═════ Data for this exercise
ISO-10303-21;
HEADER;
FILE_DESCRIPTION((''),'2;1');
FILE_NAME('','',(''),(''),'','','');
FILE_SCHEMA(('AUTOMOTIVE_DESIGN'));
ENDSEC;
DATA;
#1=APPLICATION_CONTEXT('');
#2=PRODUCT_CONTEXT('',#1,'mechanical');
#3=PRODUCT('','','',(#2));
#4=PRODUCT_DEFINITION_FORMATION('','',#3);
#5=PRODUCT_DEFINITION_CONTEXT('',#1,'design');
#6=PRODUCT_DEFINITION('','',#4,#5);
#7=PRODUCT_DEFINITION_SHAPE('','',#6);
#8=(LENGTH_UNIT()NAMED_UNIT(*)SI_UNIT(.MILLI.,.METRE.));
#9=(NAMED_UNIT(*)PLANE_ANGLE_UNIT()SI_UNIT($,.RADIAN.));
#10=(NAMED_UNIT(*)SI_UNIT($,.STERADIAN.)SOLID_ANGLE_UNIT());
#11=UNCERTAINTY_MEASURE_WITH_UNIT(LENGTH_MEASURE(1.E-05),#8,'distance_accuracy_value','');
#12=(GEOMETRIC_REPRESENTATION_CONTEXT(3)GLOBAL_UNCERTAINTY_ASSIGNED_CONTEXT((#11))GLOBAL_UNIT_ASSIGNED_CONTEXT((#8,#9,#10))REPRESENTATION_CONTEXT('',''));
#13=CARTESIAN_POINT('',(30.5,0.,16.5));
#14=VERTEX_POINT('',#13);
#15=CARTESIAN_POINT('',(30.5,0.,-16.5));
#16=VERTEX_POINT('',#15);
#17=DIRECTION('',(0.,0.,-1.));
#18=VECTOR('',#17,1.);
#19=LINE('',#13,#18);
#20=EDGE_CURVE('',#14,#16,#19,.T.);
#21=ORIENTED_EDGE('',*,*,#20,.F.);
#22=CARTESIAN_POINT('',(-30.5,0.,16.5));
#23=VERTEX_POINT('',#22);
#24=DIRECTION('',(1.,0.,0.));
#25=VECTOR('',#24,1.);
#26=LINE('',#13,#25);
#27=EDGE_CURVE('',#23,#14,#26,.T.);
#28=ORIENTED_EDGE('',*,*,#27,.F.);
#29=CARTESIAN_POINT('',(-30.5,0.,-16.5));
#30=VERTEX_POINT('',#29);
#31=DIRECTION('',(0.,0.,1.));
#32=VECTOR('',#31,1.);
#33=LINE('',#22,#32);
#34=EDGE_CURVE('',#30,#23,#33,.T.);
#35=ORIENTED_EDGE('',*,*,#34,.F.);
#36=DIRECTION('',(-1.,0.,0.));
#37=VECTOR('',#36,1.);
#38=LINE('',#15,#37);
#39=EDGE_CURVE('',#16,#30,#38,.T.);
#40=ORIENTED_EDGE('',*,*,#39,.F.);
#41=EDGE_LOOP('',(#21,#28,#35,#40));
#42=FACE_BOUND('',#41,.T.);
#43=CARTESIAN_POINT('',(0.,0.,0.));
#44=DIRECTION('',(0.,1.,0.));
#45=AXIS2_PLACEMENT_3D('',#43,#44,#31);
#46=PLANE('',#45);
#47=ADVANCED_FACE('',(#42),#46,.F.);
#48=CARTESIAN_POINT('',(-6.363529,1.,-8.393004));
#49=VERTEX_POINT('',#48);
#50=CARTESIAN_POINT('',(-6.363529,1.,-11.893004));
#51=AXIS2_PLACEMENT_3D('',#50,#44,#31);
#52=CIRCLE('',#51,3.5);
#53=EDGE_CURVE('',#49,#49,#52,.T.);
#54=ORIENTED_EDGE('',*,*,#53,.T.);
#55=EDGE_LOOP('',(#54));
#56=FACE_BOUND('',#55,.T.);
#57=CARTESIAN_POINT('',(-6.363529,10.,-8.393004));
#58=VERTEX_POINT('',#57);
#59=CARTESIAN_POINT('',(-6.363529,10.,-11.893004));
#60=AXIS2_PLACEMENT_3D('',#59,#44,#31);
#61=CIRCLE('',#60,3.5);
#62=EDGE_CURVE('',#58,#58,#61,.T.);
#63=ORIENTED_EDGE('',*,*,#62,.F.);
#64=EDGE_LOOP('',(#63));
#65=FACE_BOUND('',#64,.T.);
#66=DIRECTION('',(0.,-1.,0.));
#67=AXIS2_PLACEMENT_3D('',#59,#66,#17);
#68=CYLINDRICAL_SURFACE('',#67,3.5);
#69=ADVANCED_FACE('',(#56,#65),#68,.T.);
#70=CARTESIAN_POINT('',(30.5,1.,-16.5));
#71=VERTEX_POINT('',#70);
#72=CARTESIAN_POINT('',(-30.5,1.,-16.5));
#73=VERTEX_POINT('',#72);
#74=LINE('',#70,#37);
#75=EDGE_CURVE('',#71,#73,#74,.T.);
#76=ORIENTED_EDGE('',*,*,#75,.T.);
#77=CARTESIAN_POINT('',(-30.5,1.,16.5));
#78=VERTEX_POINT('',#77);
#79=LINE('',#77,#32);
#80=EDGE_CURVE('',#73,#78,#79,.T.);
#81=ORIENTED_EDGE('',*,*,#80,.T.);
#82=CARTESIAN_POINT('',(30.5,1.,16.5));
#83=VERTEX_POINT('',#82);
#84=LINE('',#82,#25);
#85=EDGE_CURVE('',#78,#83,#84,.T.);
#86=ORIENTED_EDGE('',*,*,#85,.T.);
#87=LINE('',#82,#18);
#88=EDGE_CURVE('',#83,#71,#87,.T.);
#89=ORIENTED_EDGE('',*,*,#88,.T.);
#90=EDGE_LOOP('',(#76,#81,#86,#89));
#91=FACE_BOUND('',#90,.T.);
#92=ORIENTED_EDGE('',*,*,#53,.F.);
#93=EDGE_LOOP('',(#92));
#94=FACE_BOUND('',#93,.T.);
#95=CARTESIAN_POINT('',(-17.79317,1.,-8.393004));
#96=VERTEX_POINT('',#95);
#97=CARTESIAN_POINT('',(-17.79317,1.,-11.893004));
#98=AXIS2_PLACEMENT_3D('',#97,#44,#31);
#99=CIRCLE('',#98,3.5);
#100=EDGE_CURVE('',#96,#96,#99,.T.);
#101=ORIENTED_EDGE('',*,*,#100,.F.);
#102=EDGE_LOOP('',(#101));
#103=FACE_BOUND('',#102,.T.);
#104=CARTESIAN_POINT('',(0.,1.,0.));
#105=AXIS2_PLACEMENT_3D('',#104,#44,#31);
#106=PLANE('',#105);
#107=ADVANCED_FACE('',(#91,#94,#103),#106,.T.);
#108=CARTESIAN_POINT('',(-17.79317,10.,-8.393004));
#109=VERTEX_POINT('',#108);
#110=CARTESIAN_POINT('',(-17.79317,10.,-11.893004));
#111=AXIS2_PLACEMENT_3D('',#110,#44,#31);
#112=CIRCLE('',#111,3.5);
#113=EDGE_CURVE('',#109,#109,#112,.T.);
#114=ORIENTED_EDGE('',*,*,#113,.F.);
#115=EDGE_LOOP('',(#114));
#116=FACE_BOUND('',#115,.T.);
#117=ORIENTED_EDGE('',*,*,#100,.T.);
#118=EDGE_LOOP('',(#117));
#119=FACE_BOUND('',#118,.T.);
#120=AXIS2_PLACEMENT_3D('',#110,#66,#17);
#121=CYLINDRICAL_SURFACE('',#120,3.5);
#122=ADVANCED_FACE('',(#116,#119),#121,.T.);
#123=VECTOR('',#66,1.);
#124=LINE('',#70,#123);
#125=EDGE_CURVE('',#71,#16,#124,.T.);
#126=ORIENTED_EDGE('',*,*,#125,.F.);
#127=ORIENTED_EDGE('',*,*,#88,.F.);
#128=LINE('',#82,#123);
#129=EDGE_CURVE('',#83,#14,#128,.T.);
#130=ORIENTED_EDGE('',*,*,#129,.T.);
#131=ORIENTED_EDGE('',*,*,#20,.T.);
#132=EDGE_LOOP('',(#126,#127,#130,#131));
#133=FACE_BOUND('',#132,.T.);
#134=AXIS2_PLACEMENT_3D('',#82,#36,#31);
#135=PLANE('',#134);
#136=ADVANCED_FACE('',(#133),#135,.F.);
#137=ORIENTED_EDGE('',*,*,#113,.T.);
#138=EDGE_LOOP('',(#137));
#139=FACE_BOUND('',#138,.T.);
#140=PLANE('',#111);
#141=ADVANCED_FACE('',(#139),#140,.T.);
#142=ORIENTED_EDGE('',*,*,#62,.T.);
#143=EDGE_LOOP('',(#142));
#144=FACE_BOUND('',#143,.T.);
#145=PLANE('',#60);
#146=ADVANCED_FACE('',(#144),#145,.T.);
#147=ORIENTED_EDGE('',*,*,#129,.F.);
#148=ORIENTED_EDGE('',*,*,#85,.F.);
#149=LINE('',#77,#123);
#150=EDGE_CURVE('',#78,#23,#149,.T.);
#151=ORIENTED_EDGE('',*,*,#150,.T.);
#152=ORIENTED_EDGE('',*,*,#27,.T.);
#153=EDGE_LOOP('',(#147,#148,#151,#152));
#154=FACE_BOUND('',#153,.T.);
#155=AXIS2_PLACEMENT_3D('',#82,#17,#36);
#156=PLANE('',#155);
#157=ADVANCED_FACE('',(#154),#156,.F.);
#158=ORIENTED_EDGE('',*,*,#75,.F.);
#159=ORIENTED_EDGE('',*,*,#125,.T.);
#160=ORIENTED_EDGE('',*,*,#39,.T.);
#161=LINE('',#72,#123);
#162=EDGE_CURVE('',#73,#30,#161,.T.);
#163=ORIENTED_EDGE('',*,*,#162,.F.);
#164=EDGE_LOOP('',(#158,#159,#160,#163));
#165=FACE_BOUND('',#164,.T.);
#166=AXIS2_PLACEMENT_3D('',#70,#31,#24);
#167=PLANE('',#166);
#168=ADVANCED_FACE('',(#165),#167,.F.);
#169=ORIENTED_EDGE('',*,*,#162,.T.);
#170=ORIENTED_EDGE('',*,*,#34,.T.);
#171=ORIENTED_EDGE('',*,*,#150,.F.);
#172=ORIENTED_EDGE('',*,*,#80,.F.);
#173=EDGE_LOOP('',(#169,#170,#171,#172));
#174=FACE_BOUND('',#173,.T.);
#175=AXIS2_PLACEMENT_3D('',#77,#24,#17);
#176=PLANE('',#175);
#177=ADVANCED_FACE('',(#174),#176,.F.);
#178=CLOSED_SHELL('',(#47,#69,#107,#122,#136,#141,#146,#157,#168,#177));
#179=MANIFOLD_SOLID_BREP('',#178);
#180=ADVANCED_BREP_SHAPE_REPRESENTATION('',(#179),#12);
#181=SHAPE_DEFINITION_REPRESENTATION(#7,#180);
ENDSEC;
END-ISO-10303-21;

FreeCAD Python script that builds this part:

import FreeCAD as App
import Part
import Sketcher

V = App.Vector
Q = App.Units.Quantity


def add_polygon(sketch, points):
    """Adds a closed chain of lines whose ends are joined by coincident constraints."""
    first, n = sketch.GeometryCount, len(points)
    for a, b in zip(points, points[1:] + points[:1]):
        sketch.addGeometry(Part.LineSegment(App.Vector(*a, 0), App.Vector(*b, 0)), False)
    for i in range(n):
        sketch.addConstraint(Sketcher.Constraint("Coincident", first + i, 2, first + (i + 1) % n, 1))

doc = App.newDocument("Part")
params = doc.addObject("Spreadsheet::Sheet", "Params")
for row, (alias, value) in enumerate([
    ("sketch1_width", "61 mm"),
    ("sketch1_height", "33 mm"),
    ("pad1_length", "1 mm"),
    ("sketch2_diameter", "7 mm"),
    ("pad2_length", "9 mm"),
], start=1):
    params.set(f"A{row}", alias)
    params.set(f"B{row}", "=" + value)
    params.setAlias(f"B{row}", alias)

body = doc.addObject("PartDesign::Body", "Body")

# Sketch on XZ plane
sketch1 = doc.addObject("Sketcher::SketchObject", "Sketch")
body.addObject(sketch1)
sketch1.AttachmentSupport = (doc.XZ_Plane, [""])
sketch1.MapMode = "FlatFace"
add_polygon(sketch1, [(-30.5, -16.5), (-30.5, 16.5), (30.5, 16.5), (30.5, -16.5)])  # lines 0-3
sketch1.addConstraint(Sketcher.Constraint("Vertical", 0))
sketch1.addConstraint(Sketcher.Constraint("Horizontal", 1))
sketch1.addConstraint(Sketcher.Constraint("Vertical", 2))
sketch1.addConstraint(Sketcher.Constraint("Horizontal", 3))
sketch1.addConstraint(Sketcher.Constraint("Symmetric", 0, 2, 2, 2, -1, 1))
sketch1.addConstraint(Sketcher.Constraint("DistanceX", 1, 1, 1, 2, Q("61 mm")))
sketch1.addConstraint(Sketcher.Constraint("DistanceY", 0, 1, 0, 2, Q("33 mm")))
sketch1.setExpression("Constraints[9]", "Params.sketch1_width")
sketch1.setExpression("Constraints[10]", "Params.sketch1_height")
pad1 = doc.addObject("PartDesign::Pad", "Pad")
body.addObject(pad1)
pad1.Profile = sketch1
pad1.setExpression("Length", "Params.pad1_length")
pad1.Reversed = True

# Sketch on XZ plane
sketch2 = doc.addObject("Sketcher::SketchObject", "Sketch001")
body.addObject(sketch2)
sketch2.AttachmentSupport = (doc.XZ_Plane, [""])
sketch2.MapMode = "FlatFace"
sketch2.AttachmentOffset = App.Placement(V(0, 0, -1), App.Rotation())
sketch2.addGeometry(Part.Circle(V(-17.79317, -11.893004, 0), V(0, 0, 1), 3.5), False)
sketch2.addGeometry(Part.Circle(V(-6.363529, -11.893004, 0), V(0, 0, 1), 3.5), False)
sketch2.addConstraint(Sketcher.Constraint("Equal", 0, 1))
sketch2.addConstraint(Sketcher.Constraint("Horizontal", 0, 3, 1, 3))
sketch2.addConstraint(Sketcher.Constraint("Diameter", 0, Q("7 mm")))
sketch2.addConstraint(Sketcher.Constraint("DistanceX", 0, 3, -1, 1, Q("17.79317 mm")))
sketch2.addConstraint(Sketcher.Constraint("DistanceX", 1, 3, -1, 1, Q("6.363529 mm")))
sketch2.addConstraint(Sketcher.Constraint("DistanceY", 0, 3, -1, 1, Q("11.893004 mm")))
sketch2.setExpression("Constraints[2]", "Params.sketch2_diameter")
pad2 = doc.addObject("PartDesign::Pad", "Pad001")
body.addObject(pad2)
pad2.Profile = sketch2
pad2.setExpression("Length", "Params.pad2_length")
pad2.Reversed = True

doc.recompute()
══════════
What to work on. The required output is the stretch of entries above from the line containing "#125=EDGE_CURVE('',#71,#16,#124,.T.);" through the line containing "#167=PLANE('',#166);", reproduced exactly.

Result of this exercise.
#125=EDGE_CURVE('',#71,#16,#124,.T.);
#126=ORIENTED_EDGE('',*,*,#125,.F.);
#127=ORIENTED_EDGE('',*,*,#88,.F.);
#128=LINE('',#82,#123);
#129=EDGE_CURVE('',#83,#14,#128,.T.);
#130=ORIENTED_EDGE('',*,*,#129,.T.);
#131=ORIENTED_EDGE('',*,*,#20,.T.);
#132=EDGE_LOOP('',(#126,#127,#130,#131));
#133=FACE_BOUND('',#132,.T.);
#134=AXIS2_PLACEMENT_3D('',#82,#36,#31);
#135=PLANE('',#134);
#136=ADVANCED_FACE('',(#133),#135,.F.);
#137=ORIENTED_EDGE('',*,*,#113,.T.);
#138=EDGE_LOOP('',(#137));
#139=FACE_BOUND('',#138,.T.);
#140=PLANE('',#111);
#141=ADVANCED_FACE('',(#139),#140,.T.);
#142=ORIENTED_EDGE('',*,*,#62,.T.);
#143=EDGE_LOOP('',(#142));
#144=FACE_BOUND('',#143,.T.);
#145=PLANE('',#60);
#146=ADVANCED_FACE('',(#144),#145,.T.);
#147=ORIENTED_EDGE('',*,*,#129,.F.);
#148=ORIENTED_EDGE('',*,*,#85,.F.);
#149=LINE('',#77,#123);
#150=EDGE_CURVE('',#78,#23,#149,.T.);
#151=ORIENTED_EDGE('',*,*,#150,.T.);
#152=ORIENTED_EDGE('',*,*,#27,.T.);
#153=EDGE_LOOP('',(#147,#148,#151,#152));
#154=FACE_BOUND('',#153,.T.);
#155=AXIS2_PLACEMENT_3D('',#82,#17,#36);
#156=PLANE('',#155);
#157=ADVANCED_FACE('',(#154),#156,.F.);
#158=ORIENTED_EDGE('',*,*,#75,.F.);
#159=ORIENTED_EDGE('',*,*,#125,.T.);
#160=ORIENTED_EDGE('',*,*,#39,.T.);
#161=LINE('',#72,#123);
#162=EDGE_CURVE('',#73,#30,#161,.T.);
#163=ORIENTED_EDGE('',*,*,#162,.F.);
#164=EDGE_LOOP('',(#158,#159,#160,#163));
#165=FACE_BOUND('',#164,.T.);
#166=AXIS2_PLACEMENT_3D('',#70,#31,#24);
#167=PLANE('',#166);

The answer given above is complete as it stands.